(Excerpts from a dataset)
___
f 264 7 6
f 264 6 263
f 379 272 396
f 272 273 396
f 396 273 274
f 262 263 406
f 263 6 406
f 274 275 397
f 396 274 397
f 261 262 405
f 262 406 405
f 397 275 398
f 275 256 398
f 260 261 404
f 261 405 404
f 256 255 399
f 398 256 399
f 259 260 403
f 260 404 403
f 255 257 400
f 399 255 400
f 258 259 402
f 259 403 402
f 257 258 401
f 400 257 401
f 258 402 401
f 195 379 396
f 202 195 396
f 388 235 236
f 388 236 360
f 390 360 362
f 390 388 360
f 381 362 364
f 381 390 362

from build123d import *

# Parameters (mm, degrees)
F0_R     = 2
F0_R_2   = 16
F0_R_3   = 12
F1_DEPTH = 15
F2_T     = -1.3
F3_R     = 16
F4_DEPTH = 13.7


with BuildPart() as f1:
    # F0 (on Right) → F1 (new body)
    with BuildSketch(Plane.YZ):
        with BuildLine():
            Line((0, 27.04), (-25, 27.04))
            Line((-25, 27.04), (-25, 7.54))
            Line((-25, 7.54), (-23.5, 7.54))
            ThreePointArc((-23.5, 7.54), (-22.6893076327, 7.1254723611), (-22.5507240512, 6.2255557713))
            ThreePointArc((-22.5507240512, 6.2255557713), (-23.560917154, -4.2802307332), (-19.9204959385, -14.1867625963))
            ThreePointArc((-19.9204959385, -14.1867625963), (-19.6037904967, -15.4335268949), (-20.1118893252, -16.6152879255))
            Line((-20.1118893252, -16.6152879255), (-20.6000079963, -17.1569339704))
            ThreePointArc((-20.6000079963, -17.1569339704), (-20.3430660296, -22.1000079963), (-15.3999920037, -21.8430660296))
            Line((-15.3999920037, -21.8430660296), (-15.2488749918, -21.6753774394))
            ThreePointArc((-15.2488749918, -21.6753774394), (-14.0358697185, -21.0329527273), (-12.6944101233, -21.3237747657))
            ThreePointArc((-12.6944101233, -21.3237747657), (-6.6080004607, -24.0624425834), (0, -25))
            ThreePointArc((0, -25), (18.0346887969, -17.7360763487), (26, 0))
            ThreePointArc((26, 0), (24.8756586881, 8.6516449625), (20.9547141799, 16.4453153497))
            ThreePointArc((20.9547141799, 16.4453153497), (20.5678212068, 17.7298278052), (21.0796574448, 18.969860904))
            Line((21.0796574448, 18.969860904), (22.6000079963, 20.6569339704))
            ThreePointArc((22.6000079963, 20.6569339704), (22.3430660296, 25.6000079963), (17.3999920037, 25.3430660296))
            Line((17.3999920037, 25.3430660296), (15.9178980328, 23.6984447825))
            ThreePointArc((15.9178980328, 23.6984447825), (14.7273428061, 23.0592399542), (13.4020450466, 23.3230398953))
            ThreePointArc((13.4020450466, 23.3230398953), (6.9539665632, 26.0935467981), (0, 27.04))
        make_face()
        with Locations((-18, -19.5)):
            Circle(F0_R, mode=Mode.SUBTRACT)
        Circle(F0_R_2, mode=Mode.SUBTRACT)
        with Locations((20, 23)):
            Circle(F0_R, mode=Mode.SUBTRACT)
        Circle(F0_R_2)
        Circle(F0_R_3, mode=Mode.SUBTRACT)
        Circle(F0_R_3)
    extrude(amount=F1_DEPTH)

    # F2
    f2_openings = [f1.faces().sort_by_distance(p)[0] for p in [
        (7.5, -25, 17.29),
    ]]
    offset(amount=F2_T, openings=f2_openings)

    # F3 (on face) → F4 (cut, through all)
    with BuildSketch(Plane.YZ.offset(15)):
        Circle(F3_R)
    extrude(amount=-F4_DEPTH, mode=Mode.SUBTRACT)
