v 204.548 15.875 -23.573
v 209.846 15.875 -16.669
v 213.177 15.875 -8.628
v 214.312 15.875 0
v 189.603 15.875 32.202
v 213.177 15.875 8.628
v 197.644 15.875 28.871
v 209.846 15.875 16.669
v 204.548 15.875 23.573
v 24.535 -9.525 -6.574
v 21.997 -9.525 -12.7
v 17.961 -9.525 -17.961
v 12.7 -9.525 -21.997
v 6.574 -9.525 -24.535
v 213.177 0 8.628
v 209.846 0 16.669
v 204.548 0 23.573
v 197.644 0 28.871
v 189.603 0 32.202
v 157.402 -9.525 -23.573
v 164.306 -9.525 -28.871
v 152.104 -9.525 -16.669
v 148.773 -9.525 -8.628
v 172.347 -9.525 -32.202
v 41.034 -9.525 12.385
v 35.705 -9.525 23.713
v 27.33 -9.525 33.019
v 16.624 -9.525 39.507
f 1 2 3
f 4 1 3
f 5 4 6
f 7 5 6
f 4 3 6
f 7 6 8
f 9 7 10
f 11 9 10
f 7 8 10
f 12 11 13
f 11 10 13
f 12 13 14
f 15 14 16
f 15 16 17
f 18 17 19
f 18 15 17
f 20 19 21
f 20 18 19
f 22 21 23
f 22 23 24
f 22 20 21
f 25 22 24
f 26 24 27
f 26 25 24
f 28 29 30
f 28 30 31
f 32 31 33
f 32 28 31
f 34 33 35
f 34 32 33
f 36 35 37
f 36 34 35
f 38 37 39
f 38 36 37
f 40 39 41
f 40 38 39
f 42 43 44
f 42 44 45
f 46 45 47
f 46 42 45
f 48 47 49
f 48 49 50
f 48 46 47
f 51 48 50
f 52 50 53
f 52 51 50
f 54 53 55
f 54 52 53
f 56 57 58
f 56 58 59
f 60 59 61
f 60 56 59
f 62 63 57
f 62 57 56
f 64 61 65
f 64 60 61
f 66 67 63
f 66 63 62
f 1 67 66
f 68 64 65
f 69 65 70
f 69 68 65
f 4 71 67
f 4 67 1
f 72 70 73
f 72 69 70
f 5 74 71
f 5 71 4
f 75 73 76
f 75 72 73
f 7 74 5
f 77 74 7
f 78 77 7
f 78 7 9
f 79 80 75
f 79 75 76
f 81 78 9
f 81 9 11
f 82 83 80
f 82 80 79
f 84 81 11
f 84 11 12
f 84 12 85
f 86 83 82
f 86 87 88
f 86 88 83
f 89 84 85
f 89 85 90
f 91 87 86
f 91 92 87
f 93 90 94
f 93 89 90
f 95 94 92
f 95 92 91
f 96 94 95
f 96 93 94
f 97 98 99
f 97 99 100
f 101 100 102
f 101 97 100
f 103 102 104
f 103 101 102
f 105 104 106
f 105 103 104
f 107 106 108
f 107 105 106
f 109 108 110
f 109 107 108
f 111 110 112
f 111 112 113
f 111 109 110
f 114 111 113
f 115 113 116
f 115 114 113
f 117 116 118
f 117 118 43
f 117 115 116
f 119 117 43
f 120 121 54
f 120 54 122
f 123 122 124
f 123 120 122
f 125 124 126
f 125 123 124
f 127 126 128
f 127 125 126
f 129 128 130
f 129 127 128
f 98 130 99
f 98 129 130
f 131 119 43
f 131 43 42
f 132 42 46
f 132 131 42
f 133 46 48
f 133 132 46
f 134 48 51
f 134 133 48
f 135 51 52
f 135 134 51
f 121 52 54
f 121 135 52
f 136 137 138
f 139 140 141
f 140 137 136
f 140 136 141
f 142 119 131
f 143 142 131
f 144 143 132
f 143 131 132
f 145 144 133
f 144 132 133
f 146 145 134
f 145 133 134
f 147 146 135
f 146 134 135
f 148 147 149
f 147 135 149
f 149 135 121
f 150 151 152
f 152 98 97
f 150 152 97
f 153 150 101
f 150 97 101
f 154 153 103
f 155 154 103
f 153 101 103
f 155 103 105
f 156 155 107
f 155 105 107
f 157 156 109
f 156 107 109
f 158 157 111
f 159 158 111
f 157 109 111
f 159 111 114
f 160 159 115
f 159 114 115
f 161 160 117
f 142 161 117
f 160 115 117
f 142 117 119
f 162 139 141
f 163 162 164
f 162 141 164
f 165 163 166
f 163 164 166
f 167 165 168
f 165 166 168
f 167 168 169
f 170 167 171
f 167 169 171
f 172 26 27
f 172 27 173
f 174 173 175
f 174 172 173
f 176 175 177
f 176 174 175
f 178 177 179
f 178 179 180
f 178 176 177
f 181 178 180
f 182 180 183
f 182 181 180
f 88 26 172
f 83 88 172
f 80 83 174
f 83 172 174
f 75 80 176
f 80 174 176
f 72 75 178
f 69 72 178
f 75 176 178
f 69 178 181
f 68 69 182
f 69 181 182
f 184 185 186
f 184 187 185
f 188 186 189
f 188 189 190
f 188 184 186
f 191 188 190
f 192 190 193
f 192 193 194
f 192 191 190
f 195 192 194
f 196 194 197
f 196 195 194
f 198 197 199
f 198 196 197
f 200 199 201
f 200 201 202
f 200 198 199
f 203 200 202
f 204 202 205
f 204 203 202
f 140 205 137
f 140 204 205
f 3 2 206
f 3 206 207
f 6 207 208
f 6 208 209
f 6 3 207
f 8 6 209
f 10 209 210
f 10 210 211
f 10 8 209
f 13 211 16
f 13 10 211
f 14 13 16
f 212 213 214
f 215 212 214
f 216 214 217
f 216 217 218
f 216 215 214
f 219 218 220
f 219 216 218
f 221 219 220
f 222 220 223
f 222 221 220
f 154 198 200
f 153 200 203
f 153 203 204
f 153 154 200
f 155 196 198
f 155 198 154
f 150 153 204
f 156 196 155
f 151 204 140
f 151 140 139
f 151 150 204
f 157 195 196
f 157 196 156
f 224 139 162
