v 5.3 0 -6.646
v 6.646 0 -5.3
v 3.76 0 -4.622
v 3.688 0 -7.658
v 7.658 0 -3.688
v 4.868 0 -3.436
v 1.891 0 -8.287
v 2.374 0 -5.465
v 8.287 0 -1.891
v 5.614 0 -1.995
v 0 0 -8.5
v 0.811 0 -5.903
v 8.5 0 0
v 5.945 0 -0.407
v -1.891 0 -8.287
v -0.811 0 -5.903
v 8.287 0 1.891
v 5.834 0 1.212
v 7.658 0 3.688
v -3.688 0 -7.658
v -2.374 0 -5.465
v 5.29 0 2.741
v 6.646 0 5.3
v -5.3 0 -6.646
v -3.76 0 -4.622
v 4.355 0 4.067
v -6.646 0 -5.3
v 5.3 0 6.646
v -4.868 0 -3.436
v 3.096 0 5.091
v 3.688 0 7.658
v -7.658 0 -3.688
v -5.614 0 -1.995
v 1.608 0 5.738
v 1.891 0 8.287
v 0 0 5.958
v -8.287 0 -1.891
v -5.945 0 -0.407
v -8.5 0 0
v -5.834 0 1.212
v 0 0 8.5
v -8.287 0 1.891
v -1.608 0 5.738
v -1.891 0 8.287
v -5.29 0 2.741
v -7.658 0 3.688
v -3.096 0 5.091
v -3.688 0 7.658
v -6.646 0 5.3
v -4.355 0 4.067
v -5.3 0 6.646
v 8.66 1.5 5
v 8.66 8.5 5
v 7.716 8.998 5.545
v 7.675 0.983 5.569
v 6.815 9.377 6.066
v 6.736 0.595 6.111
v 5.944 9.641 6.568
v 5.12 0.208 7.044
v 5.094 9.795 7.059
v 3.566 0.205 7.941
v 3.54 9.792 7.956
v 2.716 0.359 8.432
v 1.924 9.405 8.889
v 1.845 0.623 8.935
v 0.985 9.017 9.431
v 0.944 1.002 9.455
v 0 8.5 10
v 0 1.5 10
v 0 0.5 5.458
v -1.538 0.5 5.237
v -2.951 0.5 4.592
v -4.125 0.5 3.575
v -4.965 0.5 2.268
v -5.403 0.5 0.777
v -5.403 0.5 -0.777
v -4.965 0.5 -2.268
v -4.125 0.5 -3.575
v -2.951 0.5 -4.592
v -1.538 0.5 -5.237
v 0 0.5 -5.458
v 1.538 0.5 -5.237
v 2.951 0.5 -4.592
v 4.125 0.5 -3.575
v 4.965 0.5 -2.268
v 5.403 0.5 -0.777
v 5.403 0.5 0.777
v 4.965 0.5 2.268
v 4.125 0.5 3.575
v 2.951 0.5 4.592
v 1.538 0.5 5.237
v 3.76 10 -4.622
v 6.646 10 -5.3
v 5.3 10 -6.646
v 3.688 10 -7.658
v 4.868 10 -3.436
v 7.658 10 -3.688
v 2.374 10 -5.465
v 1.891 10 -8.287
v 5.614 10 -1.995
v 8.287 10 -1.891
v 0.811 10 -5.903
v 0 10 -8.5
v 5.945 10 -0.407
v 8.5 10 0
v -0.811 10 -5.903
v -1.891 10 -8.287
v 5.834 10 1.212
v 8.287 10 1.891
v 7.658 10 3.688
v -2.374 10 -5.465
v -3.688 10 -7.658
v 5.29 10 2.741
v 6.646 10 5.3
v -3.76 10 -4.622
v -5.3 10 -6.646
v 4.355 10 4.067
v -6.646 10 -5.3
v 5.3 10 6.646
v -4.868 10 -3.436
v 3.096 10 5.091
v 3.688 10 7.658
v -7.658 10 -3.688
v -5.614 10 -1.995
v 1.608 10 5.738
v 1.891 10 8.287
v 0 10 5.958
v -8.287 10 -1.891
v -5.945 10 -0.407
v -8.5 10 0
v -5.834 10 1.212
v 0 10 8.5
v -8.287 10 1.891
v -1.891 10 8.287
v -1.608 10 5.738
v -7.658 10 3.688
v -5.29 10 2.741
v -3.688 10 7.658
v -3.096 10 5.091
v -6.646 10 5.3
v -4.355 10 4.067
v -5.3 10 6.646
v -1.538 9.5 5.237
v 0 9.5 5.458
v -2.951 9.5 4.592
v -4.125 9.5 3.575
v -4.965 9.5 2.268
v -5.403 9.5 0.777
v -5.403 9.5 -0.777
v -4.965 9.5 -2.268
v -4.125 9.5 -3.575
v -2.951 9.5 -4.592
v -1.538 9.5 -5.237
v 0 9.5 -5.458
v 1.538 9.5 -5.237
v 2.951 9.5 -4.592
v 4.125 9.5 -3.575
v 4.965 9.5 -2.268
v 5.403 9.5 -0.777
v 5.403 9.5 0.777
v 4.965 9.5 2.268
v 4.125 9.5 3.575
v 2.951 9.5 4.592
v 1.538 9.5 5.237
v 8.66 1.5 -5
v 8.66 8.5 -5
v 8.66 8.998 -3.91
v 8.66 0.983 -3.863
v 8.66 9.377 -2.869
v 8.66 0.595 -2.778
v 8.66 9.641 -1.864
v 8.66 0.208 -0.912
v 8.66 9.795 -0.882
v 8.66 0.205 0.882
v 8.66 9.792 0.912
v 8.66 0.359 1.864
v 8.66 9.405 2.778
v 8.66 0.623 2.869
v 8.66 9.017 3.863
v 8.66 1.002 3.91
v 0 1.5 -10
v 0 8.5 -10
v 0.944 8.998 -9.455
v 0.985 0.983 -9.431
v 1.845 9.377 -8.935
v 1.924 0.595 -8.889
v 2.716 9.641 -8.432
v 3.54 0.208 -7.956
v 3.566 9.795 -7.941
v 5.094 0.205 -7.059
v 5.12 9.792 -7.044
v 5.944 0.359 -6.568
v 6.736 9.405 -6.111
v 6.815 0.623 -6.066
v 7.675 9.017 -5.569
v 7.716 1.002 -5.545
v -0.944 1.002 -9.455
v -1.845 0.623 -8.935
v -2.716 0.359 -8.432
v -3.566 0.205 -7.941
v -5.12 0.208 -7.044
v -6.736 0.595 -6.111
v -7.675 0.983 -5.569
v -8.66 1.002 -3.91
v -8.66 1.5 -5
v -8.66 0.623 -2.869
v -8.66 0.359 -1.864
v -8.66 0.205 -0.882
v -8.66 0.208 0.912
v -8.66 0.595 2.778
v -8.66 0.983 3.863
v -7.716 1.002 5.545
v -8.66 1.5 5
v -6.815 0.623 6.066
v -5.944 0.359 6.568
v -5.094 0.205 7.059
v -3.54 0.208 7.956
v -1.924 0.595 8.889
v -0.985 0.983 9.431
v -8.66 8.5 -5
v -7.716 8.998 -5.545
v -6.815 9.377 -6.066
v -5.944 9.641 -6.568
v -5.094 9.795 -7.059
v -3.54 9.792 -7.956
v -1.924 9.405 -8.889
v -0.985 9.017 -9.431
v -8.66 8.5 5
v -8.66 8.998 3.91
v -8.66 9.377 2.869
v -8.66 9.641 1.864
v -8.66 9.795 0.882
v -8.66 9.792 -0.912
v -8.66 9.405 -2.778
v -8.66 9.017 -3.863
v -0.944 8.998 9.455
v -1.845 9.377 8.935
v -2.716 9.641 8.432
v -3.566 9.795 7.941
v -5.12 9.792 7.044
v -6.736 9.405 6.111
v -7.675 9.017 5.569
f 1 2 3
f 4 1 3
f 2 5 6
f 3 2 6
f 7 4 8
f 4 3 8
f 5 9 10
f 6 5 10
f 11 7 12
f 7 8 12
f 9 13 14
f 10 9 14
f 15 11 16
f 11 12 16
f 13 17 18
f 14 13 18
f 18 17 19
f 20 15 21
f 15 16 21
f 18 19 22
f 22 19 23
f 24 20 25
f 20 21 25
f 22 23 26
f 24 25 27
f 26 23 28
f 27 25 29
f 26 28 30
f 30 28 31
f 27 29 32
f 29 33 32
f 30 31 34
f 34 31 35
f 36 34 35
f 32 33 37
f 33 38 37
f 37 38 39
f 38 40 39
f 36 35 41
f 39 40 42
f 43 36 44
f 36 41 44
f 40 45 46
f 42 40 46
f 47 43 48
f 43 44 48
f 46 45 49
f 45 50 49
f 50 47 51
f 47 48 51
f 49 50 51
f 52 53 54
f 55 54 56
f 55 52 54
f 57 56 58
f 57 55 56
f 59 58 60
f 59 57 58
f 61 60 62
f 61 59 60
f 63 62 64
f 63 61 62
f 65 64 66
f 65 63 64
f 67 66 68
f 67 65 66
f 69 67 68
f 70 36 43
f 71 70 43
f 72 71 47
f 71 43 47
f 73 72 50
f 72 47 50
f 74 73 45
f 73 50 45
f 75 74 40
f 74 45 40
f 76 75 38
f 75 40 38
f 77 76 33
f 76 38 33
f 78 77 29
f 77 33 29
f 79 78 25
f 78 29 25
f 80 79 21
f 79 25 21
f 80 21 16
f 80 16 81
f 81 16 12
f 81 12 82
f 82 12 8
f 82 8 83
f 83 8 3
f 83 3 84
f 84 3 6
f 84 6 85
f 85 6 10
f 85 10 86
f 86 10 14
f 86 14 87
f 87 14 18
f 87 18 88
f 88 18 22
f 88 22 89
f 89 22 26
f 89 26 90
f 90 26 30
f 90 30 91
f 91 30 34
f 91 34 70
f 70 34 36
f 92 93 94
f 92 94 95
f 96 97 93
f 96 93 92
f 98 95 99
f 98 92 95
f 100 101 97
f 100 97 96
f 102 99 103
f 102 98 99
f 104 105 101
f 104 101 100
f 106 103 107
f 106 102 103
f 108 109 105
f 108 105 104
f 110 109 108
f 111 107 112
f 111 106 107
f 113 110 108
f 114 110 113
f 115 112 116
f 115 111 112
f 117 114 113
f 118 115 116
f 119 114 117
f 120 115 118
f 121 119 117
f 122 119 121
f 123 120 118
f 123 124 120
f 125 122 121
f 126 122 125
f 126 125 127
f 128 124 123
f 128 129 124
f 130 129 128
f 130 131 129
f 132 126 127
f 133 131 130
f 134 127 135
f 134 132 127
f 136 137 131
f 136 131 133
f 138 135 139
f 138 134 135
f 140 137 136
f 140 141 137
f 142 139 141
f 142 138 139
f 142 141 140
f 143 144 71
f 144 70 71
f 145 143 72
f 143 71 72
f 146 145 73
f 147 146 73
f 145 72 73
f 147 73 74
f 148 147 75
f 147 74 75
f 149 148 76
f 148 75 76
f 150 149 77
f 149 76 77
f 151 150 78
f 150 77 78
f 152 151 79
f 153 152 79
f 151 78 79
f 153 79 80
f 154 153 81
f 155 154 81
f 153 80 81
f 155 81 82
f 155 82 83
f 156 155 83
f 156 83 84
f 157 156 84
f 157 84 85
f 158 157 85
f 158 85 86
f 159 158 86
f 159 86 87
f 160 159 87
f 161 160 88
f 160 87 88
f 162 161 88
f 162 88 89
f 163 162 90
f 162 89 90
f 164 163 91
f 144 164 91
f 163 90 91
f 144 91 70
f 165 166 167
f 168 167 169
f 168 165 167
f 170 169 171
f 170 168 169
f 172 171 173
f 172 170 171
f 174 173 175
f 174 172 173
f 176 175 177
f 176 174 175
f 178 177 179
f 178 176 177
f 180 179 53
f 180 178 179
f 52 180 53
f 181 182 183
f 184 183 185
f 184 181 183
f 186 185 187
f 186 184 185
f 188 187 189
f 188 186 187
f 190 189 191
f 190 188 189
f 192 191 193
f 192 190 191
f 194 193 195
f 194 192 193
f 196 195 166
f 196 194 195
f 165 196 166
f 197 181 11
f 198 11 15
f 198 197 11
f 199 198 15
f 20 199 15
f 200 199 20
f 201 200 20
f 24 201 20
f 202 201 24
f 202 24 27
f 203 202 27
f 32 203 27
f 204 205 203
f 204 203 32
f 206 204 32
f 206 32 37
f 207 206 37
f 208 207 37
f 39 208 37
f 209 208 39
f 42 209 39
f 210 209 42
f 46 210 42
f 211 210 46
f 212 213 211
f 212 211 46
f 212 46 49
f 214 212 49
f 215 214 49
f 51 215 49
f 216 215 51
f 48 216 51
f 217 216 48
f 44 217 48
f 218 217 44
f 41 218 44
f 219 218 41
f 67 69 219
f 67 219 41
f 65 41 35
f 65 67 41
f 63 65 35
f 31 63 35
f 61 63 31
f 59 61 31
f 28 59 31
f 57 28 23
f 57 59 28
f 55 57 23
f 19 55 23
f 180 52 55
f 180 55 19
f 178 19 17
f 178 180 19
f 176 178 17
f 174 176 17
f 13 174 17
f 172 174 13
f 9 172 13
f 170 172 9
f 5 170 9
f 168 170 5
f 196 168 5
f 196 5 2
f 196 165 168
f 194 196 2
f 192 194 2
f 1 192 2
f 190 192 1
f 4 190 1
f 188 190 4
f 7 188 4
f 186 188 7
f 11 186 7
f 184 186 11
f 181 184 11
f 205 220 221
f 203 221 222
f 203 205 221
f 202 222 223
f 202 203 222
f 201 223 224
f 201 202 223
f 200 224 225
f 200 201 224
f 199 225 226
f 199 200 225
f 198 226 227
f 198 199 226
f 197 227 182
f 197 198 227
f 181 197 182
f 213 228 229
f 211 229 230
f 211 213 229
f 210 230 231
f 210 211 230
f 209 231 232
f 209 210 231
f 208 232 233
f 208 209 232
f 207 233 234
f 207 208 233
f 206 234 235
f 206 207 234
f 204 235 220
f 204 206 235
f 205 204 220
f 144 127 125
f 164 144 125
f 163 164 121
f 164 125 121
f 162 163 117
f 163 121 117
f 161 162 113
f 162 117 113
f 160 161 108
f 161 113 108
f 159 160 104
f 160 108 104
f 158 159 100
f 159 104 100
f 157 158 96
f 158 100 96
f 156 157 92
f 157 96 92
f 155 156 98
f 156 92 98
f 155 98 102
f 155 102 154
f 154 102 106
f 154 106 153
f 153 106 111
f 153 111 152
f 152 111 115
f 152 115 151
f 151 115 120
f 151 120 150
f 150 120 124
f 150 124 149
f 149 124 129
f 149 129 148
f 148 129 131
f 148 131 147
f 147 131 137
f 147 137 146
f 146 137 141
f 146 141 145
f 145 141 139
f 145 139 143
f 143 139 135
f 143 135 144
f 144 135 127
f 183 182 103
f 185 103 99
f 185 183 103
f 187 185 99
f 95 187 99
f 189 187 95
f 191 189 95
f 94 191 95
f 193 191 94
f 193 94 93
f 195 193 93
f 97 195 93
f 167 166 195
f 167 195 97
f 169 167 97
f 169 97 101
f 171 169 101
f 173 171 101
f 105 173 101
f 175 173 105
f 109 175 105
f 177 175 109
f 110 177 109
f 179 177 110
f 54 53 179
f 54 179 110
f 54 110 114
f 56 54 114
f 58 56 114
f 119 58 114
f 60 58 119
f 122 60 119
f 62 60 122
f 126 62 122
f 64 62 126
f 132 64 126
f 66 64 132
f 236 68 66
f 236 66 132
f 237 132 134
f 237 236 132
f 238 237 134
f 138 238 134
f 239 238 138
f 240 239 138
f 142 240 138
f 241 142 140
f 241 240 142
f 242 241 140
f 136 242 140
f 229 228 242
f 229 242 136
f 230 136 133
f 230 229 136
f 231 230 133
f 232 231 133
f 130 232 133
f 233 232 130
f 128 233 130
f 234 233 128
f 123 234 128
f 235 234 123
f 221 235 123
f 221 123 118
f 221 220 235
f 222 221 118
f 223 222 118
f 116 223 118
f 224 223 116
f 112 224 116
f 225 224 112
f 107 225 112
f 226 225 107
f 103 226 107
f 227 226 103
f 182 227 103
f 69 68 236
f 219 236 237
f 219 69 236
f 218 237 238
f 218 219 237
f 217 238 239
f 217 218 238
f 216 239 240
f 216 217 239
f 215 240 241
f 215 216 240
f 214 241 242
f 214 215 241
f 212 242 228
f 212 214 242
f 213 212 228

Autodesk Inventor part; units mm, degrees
ref_plane "YZ Plane" through (0, 0, 0) normal (1, 0, 0) x (0, 1, 0)
ref_plane "XZ Plane" through (0, 0, 0) normal (0, 1, 0) x (-1, 0, 0)
sketch "Sketch1" plane through (0, 0, 0) normal (0, 1, 0) x (-1, 0, 0)
  line L0 (0, -10) -> (-8.6603, -5)
  line L1 (-8.6603, -5) -> (-8.6603, 5)
  line L2 (-8.6603, 5) -> (0, 10)
  line L3 (0, 10) -> (8.6603, 5)
  line L4 (8.6603, 5) -> (8.6603, -5)
  line L5 (8.6603, -5) -> (0, -10)
  point P0 (0, 0)
  point P1 (0, 0)
  dimension "d1" = 20
extrude "Extrusion1" add sketch "Sketch1" along normal blind 10
sketch "Sketch2" plane through (0, 0, 0) normal (1, 0, 0) x (0, 1, 0)
  line L0 (10, -5) -> (10, -10) projected
  line L1 (10, -10) -> (8.5, -10)
  line L2 (10, -8.5) -> (10, -10)
  line L3 (8.5, -10) -> (10, -8.5)
  line L4 (-2, 0) -> (12, 0) projected
  point P0 (0, 0)
revolve "Revolution1" cut sketch "Sketch2" angle 360 about axis through (0, -10, 0) along (0, 1, 0)
ref_plane "Work Plane1" through (0, 5, 0) normal (0, 1, 0) x (1, 0, 0)
mirror "Mirror1" about plane through (0, 5, 0) normal (0, 1, 0) of "Revolution1"
sketch "Sketch3" plane through (0, 10, 0) normal (0, 1, 0) x (1, 0, 0)
  circle A0 centre (0, 0) radius 8.5 projected
hole "Hole1" at (0, 10, 0) direction (0, -1, 0) diameter 10.917 depth 29.1 tip angle 118 thread size "M12x1" class "6H" standard "ISO Metric profile"
chamfer "Chamfer1" distance 0.5 angle 45 2 edges at (0, 10, -5.4585) (0, 0, -5.4585)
___
● **Task prompt**:
Find every line in the data above that holds the string "Mode". Give the number of such lines and nothing else.

● **Response to the exercise**:
5